Area content flag 6 of the dummy processing target event pointed to by
Set 3 to 0 (empty state).

(3-3) In S14 of FIG. 3, the process target event pointer 7 is updated to point to the stored event 1 found in (3-1). (3-4) Processing target event pointer 7 in S15 of FIG.
The area content flag 6 of the storage event 1 pointed to by is updated from 1 to 2 (processing target event). As a result, stored event 1 becomes the event to be processed, and is set in a state where it can be referenced from the user program.

[0022] ■ indicates a case where a request for converting into a process target event (here, it is assumed that stored event 2 matches the condition) is issued in the state of ■. In the same manner as in (2), find a storage event with the area content flag 6 set to 1 and matching the condition as storage event 2, change the area content flag 6 of the area pointed to by the processing target event pointer 7 from 2 to 0, and point the found area.
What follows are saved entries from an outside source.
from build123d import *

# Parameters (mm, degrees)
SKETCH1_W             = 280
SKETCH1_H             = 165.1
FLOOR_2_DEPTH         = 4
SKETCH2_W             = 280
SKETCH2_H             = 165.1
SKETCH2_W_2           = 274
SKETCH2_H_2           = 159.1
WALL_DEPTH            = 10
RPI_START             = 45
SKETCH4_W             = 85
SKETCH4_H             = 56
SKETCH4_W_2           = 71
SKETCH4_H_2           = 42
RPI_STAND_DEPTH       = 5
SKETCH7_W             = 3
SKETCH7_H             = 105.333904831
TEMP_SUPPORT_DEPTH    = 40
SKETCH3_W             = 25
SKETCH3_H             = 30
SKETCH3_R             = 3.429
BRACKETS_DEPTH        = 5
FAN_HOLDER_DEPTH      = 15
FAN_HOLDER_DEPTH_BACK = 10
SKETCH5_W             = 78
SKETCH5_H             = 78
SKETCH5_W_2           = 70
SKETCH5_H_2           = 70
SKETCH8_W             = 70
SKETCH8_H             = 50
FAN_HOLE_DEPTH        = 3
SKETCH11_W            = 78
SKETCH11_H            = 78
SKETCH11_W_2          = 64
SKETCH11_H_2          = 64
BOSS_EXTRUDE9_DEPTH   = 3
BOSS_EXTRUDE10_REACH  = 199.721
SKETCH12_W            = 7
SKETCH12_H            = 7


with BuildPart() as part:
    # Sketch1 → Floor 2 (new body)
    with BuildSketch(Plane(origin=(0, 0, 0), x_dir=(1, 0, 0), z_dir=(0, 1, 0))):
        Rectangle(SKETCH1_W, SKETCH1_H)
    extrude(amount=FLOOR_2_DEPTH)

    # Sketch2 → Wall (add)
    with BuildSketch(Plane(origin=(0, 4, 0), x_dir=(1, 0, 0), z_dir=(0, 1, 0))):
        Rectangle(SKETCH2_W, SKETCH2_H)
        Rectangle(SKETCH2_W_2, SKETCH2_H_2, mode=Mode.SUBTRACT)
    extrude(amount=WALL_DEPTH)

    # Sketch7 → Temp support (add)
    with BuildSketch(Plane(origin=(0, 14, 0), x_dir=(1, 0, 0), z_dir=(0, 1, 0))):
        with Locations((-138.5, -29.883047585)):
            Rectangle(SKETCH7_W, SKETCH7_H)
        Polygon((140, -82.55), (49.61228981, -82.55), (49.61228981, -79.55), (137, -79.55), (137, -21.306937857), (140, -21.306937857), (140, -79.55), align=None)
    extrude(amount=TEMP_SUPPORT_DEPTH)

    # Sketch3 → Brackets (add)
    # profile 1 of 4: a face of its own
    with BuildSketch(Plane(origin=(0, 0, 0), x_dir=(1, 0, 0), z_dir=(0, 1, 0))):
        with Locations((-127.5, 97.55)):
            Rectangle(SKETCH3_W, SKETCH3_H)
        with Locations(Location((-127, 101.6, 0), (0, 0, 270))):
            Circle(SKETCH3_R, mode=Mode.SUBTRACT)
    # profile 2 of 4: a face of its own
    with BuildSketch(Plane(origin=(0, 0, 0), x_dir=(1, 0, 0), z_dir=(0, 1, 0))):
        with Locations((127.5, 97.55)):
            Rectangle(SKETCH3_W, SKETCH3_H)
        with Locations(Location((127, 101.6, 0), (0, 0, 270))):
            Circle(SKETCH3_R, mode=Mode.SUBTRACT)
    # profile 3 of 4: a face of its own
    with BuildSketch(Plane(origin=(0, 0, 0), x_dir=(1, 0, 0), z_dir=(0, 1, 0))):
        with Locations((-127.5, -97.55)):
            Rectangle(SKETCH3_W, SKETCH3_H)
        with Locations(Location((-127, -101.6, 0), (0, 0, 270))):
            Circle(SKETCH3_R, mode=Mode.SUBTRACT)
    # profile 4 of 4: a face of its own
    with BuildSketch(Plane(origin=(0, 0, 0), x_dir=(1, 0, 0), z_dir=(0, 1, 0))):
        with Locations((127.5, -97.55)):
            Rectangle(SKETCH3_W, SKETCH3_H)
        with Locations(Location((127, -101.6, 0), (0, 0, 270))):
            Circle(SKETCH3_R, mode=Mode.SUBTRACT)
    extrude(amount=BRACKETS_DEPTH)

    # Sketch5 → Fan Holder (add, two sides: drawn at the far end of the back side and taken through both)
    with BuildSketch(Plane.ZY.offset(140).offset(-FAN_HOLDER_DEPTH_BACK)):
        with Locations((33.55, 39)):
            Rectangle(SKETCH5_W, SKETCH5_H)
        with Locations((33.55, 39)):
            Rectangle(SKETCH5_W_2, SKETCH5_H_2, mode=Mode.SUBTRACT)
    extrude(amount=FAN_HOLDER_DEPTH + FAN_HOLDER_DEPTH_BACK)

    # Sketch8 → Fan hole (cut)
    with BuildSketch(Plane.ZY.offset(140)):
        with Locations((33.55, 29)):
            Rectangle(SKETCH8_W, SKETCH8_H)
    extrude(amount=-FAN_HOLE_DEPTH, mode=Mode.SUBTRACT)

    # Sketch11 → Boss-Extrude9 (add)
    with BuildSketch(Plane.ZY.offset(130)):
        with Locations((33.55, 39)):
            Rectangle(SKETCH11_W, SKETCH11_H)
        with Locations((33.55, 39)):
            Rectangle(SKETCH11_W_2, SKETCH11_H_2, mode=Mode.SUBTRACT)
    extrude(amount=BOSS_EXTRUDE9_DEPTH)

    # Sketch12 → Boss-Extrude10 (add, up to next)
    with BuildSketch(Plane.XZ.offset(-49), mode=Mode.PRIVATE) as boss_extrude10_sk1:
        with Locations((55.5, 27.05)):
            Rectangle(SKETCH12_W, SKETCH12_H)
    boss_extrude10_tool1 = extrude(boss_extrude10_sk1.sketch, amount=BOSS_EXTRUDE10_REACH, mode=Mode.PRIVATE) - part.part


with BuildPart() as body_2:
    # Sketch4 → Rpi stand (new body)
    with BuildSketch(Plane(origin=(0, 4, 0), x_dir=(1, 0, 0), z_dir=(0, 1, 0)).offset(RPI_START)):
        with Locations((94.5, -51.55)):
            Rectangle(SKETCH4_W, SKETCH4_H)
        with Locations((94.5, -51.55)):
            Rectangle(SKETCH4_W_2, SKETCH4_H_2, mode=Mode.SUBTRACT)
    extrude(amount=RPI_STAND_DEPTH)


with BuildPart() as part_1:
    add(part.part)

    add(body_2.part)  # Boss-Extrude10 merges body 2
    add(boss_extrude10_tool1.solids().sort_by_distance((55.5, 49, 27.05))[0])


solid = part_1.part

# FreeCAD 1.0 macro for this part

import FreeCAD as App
import Part
import Sketcher
from FreeCAD import Vector
Q = App.Units.Quantity


def add_polygon(sketch, points):
    """Adds a closed chain of lines whose ends are joined by coincident constraints."""
    first, n = sketch.GeometryCount, len(points)
    for a, b in zip(points, points[1:] + points[:1]):
        sketch.addGeometry(Part.LineSegment(App.Vector(*a, 0), App.Vector(*b, 0)), False)
    for i in range(n):
        sketch.addConstraint(Sketcher.Constraint("Coincident", first + i, 2, first + (i + 1) % n, 1))

doc = App.newDocument("Part")
body = doc.addObject("PartDesign::Body", "Body")

# Sketch on XZ plane
sketch1 = body.newObject("Sketcher::SketchObject", "Sketch")
sketch1.AttachmentSupport = (doc.getObject("XZ_Plane"), [""])
sketch1.MapMode = "FlatFace"
add_polygon(sketch1, [(-140, -83), (-140, 83), (140, 83), (140, -83)])  # lines 0-3
sketch1.addConstraint(Sketcher.Constraint("Vertical", 0))
sketch1.addConstraint(Sketcher.Constraint("Horizontal", 1))
sketch1.addConstraint(Sketcher.Constraint("Vertical", 2))
sketch1.addConstraint(Sketcher.Constraint("Horizontal", 3))
sketch1.addConstraint(Sketcher.Constraint("Symmetric", 0, 2, 2, 2, -1, 1))
sketch1.addConstraint(Sketcher.Constraint("DistanceX", 1, 1, 1, 2, Q("280 mm")))
sketch1.addConstraint(Sketcher.Constraint("DistanceY", 0, 1, 0, 2, Q("165.1 mm")))
pad1 = body.newObject("PartDesign::Pad", "Pad")
pad1.Profile = sketch1
pad1.Length = 4
pad1.Reversed = True

# Sketch on XZ plane
sketch2 = body.newObject("Sketcher::SketchObject", "Sketch001")
sketch2.AttachmentSupport = (doc.getObject("XZ_Plane"), [""])
sketch2.MapMode = "FlatFace"
sketch2.AttachmentOffset = App.Placement(Vector(0, 0, -4), App.Rotation())
add_polygon(sketch2, [(-140, -83), (-140, 83), (140, 83), (140, -83)])  # lines 0-3
add_polygon(sketch2, [(137, 80), (-137, 80), (-137, -80), (137, -80)])  # lines 4-7
sketch2.addConstraint(Sketcher.Constraint("Vertical", 0))
sketch2.addConstraint(Sketcher.Constraint("Horizontal", 1))
sketch2.addConstraint(Sketcher.Constraint("Vertical", 2))
sketch2.addConstraint(Sketcher.Constraint("Horizontal", 3))
sketch2.addConstraint(Sketcher.Constraint("Horizontal", 4))
sketch2.addConstraint(Sketcher.Constraint("Vertical", 5))
sketch2.addConstraint(Sketcher.Constraint("Horizontal", 6))
sketch2.addConstraint(Sketcher.Constraint("Vertical", 7))
sketch2.addConstraint(Sketcher.Constraint("Symmetric", 0, 2, 2, 2, -1, 1))
sketch2.addConstraint(Sketcher.Constraint("Symmetric", 4, 2, 6, 2, -1, 1))
sketch2.addConstraint(Sketcher.Constraint("DistanceX", 1, 1, 1, 2, Q("280 mm")))
sketch2.addConstraint(Sketcher.Constraint("DistanceX", 4, 2, 4, 1, Q("274 mm")))
sketch2.addConstraint(Sketcher.Constraint("DistanceY", 0, 1, 0, 2, Q("165.1 mm")))
sketch2.addConstraint(Sketcher.Constraint("DistanceY", 5, 2, 5, 1, Q("159.1 mm")))
pad2 = body.newObject("PartDesign::Pad", "Pad001")
pad2.Profile = sketch2
pad2.Length = 10
pad2.Reversed = True

# Sketch on XZ plane
sketch3 = body.newObject("Sketcher::SketchObject", "Sketch002")
sketch3.AttachmentSupport = (doc.getObject("XZ_Plane"), [""])
sketch3.MapMode = "FlatFace"
sketch3.AttachmentOffset = App.Placement(Vector(0, 0, -14), App.Rotation())
add_polygon(sketch3, [(-140, -22.8), (-140, 82.6), (-137, 82.6), (-137, -22.8)])  # lines 0-3
add_polygon(sketch3, [(49.6, 82.5), (140, 82.5), (140, 21.3), (137, 21.3), (137, 79.5), (49.6, 79.5)])  # lines 4-9
sketch3.addConstraint(Sketcher.Constraint("Vertical", 0))
sketch3.addConstraint(Sketcher.Constraint("Horizontal", 1))
sketch3.addConstraint(Sketcher.Constraint("Vertical", 2))
sketch3.addConstraint(Sketcher.Constraint("Horizontal", 3))
sketch3.addConstraint(Sketcher.Constraint("Horizontal", 4))
sketch3.addConstraint(Sketcher.Constraint("Vertical", 5))
sketch3.addConstraint(Sketcher.Constraint("Horizontal", 6))
sketch3.addConstraint(Sketcher.Constraint("Vertical", 7))
sketch3.addConstraint(Sketcher.Constraint("Horizontal", 8))
sketch3.addConstraint(Sketcher.Constraint("Vertical", 9))
sketch3.addConstraint(Sketcher.Constraint("Symmetric", 0, 2, 4, 2, -2))
sketch3.addConstraint(Sketcher.Constraint("Equal", 3, 6))
sketch3.addConstraint(Sketcher.Constraint("Equal", 6, 9))
sketch3.addConstraint(Sketcher.Constraint("DistanceX", 1, 1, 1, 2, Q("3 mm")))
sketch3.addConstraint(Sketcher.Constraint("DistanceX", 0, 2, -1, 1, Q("140 mm")))
sketch3.addConstraint(Sketcher.Constraint("DistanceY", -1, 1, 0, 2, Q("82.55 mm")))
sketch3.addConstraint(Sketcher.Constraint("DistanceX", 4, 1, 4, 2, Q("90.38771 mm")))
sketch3.addConstraint(Sketcher.Constraint("DistanceY", 0, 1, 0, 2, Q("105.333905 mm")))
sketch3.addConstraint(Sketcher.Constraint("DistanceY", 5, 2, 5, 1, Q("61.243062 mm")))
pad3 = body.newObject("PartDesign::Pad", "Pad002")
pad3.Profile = sketch3
pad3.Length = 40
pad3.Reversed = True

# Sketch on XZ plane
sketch4 = body.newObject("Sketcher::SketchObject", "Sketch003")
sketch4.AttachmentSupport = (doc.getObject("XZ_Plane"), [""])
sketch4.MapMode = "FlatFace"
add_polygon(sketch4, [(-140, -112.5), (-140, -82.5), (-115, -82.5), (-115, -112.5)])  # lines 0-3
sketch4.addGeometry(Part.Circle(Vector(-127, -101.6, 0), Vector(0, 0, 1), 3.4), False)  # 4
add_polygon(sketch4, [(115, -112.5), (115, -82.5), (140, -82.5), (140, -112.5)])  # lines 5-8
sketch4.addGeometry(Part.Circle(Vector(127, -101.6, 0), Vector(0, 0, 1), 3.4), False)  # 9
add_polygon(sketch4, [(-140, 82.5), (-140, 112.5), (-115, 112.5), (-115, 82.5)])  # lines 10-13
sketch4.addGeometry(Part.Circle(Vector(-127, 101.6, 0), Vector(0, 0, 1), 3.4), False)  # 14
add_polygon(sketch4, [(115, 82.5), (115, 112.5), (140, 112.5), (140, 82.5)])  # lines 15-18
sketch4.addGeometry(Part.Circle(Vector(127, 101.6, 0), Vector(0, 0, 1), 3.4), False)  # 19
sketch4.addConstraint(Sketcher.Constraint("Vertical", 0))
sketch4.addConstraint(Sketcher.Constraint("Horizontal", 1))
sketch4.addConstraint(Sketcher.Constraint("Vertical", 2))
sketch4.addConstraint(Sketcher.Constraint("Horizontal", 3))
sketch4.addConstraint(Sketcher.Constraint("Vertical", 5))
sketch4.addConstraint(Sketcher.Constraint("Horizontal", 6))
sketch4.addConstraint(Sketcher.Constraint("Vertical", 7))
sketch4.addConstraint(Sketcher.Constraint("Horizontal", 8))
sketch4.addConstraint(Sketcher.Constraint("Vertical", 10))
sketch4.addConstraint(Sketcher.Constraint("Horizontal", 11))
sketch4.addConstraint(Sketcher.Constraint("Vertical", 12))
sketch4.addConstraint(Sketcher.Constraint("Horizontal", 13))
Then, the area content flag 6 of the found storage event 2 is updated from 1 to 2. As a result, the stored event 2 becomes the event to be processed as shown in the figure, and can be referenced from the user program.

[0023]

[Effects of the Invention] As explained above, according to the present invention,
An event storage area 5 is provided, and storage events and processing target events are distinguished by an area content flag 6, and the processing target event can be referenced from a user program without data transfer.This eliminates data transfer. , it is possible to improve the processing speed due to asynchronous input. In particular, when the amount of data due to asynchronous input is large, the processing speed becomes noticeably faster.

[Brief explanation of the drawing]

FIG. 1 is a configuration diagram of one embodiment of the present invention.
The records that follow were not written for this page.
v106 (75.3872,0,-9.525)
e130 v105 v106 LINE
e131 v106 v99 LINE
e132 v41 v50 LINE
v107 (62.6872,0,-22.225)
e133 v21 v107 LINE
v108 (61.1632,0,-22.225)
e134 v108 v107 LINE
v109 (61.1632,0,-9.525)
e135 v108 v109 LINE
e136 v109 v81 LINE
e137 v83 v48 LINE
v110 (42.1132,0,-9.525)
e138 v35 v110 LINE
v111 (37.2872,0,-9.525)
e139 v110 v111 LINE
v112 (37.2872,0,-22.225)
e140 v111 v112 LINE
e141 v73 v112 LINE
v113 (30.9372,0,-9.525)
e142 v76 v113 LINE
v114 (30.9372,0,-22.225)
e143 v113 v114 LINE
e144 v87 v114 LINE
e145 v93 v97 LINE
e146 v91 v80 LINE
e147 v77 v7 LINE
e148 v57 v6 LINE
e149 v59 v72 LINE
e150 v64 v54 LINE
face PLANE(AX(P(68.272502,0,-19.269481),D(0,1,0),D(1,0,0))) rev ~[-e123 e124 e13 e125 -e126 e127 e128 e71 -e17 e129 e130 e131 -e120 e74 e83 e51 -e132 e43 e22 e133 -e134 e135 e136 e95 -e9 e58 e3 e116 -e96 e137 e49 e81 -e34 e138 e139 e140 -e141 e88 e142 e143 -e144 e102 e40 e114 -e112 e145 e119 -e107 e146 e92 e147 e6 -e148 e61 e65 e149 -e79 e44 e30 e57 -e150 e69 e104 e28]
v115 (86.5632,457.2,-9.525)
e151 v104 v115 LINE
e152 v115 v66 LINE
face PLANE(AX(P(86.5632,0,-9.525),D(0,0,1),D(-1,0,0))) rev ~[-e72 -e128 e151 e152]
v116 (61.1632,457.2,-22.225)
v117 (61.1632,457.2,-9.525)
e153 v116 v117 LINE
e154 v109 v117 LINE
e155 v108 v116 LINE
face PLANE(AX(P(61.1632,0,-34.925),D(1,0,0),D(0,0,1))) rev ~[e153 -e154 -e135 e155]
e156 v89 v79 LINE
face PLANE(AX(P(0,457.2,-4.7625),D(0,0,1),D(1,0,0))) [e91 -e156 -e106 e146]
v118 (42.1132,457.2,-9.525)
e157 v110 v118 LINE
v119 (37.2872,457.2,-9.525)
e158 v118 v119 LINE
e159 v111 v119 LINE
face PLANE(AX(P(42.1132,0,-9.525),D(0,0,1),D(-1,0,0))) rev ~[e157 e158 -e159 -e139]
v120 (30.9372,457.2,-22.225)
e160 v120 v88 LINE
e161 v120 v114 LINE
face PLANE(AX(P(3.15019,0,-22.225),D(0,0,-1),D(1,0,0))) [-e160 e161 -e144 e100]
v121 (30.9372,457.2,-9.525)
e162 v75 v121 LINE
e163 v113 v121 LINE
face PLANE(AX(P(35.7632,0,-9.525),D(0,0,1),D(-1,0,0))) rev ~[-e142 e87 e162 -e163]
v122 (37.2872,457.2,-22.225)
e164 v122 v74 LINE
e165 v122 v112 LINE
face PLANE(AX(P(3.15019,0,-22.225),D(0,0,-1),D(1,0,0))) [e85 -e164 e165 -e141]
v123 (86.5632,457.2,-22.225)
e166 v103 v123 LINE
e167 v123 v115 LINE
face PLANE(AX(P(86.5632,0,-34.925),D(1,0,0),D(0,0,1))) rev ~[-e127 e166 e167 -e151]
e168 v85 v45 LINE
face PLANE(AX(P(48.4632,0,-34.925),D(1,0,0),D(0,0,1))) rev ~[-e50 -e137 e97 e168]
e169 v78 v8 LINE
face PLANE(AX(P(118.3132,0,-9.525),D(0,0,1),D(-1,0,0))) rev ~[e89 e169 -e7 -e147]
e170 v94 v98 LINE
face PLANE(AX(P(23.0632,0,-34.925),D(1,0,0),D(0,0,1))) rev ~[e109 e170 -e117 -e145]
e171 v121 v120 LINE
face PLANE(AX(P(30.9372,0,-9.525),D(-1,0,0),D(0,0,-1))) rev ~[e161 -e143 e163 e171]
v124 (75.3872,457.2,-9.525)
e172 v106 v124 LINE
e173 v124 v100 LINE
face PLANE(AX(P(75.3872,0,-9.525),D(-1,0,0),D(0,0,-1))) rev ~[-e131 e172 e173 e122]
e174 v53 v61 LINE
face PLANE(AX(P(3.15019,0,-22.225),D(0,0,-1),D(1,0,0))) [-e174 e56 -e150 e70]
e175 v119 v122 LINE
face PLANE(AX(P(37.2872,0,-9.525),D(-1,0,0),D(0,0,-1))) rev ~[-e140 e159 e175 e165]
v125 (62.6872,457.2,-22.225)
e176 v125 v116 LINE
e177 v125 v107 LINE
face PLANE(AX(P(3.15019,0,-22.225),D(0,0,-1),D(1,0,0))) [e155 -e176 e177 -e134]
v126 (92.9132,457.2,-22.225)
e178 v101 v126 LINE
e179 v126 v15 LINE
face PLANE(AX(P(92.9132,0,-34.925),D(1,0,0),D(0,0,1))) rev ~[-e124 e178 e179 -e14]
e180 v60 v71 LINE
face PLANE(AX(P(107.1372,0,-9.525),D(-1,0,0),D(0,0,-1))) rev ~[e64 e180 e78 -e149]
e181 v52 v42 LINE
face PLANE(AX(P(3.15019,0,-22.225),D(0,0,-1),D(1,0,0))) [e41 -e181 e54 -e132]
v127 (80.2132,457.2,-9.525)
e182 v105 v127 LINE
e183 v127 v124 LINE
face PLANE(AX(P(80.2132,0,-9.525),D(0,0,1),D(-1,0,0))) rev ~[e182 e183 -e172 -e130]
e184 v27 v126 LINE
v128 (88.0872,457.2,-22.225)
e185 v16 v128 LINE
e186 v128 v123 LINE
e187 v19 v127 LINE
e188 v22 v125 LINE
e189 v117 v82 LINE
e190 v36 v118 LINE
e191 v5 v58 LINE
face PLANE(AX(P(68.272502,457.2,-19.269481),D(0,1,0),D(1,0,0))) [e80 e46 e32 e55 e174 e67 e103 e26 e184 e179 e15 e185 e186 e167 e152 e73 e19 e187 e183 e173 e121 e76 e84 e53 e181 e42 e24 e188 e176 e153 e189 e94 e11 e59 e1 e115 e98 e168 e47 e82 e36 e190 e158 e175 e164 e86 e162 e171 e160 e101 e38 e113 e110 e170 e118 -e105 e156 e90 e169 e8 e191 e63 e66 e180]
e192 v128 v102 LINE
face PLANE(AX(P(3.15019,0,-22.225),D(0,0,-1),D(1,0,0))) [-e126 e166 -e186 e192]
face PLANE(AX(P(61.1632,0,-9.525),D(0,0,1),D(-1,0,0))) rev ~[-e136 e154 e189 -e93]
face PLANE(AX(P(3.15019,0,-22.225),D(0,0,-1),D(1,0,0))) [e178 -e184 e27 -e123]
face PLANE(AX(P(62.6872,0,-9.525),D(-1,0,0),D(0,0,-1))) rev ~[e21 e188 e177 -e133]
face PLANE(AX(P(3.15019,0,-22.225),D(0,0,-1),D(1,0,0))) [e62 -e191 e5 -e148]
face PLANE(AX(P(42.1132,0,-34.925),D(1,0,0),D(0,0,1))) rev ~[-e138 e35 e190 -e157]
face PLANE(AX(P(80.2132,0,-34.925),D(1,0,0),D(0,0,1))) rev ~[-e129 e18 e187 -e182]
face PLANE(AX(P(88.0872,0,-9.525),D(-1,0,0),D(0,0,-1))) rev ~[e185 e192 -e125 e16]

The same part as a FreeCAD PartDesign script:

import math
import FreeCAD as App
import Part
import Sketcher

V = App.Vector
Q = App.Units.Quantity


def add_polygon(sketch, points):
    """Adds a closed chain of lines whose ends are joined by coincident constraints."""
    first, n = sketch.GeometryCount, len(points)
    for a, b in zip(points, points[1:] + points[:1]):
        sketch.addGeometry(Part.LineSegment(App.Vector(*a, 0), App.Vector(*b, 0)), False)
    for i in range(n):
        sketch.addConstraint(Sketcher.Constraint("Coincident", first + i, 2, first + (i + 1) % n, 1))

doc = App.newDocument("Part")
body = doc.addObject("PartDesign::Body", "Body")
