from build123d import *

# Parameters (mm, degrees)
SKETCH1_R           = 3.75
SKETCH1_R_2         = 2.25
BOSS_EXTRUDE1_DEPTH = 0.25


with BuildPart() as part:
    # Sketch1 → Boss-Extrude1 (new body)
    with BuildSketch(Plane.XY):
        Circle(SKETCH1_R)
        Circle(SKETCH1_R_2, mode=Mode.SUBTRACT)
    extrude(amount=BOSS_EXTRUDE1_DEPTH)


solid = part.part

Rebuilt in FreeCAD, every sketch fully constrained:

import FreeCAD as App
import Part
import Sketcher
Q = App.Units.Quantity

doc = App.newDocument("Part")
body = doc.addObject("PartDesign::Body", "Body")

# Sketch on XY plane
sketch1 = doc.addObject("Sketcher::SketchObject", "Sketch")
body.addObject(sketch1)
sketch1.AttachmentSupport = (doc.XY_Plane, [""])
sketch1.MapMode = "FlatFace"
sketch1.addGeometry([
    Part.Circle(App.Vector(0, 0, 0), App.Vector(0, 0, 1), 3.75),
    Part.Circle(App.Vector(0, 0, 0), App.Vector(0, 0, 1), 2.25),
], False)
sketch1.addConstraint([
    Sketcher.Constraint("Coincident", 0, 3, -1, 1),
    Sketcher.Constraint("Coincident", 1, 3, -1, 1),
    Sketcher.Constraint("Diameter", 0, Q("7.5 mm")),
    Sketcher.Constraint("Diameter", 1, Q("4.5 mm")),
])
pad1 = doc.addObject("PartDesign::Pad", "Pad")
body.addObject(pad1)
pad1.Profile = sketch1
pad1.Length = 0.25

doc.recompute()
FIG. 2 is a flowchart when storing an event according to the present invention.

FIG. 3 is a flowchart at the time of processing an event according to the present invention.

FIG. 4 is an explanatory diagram of a prior art.

[Explanation of symbols]

1: Graphic processing system 2: Event input control unit 3: Event processing unit 4: Main storage area 5: Event storage area 6: Area content flag (0: empty, 1: storage event, 2: event to be processed) 7: Processing Target event pointer

Claims (2)

[Claims] Claim 1: In an asynchronous input processing method that processes asynchronous input, an area in which the asynchronous input is stored as a storage event, and area contents that identify any one of the following: empty, storage event, and processing target event state. An event storage area (5) is provided with a flag (6), and when an event input occurs, the area content flag (6) is referred to and stored in an empty area, and the area content flag (6) is stored. An asynchronous input processing method characterized by being configured to set an event state. [Claim 2] When a request for converting into a processing target event is made, the area content flag (6) is in a storage event state,
Find a stored event that matches the conditions, update its area content flag (6) to the processing target event state, make it referenceable, and update the area of the area that the processing target event pointer (7) was pointing to. 2. The asynchronous input processing method according to claim 1, wherein the content flag (6) is set to an empty state and points to a new event to be processed.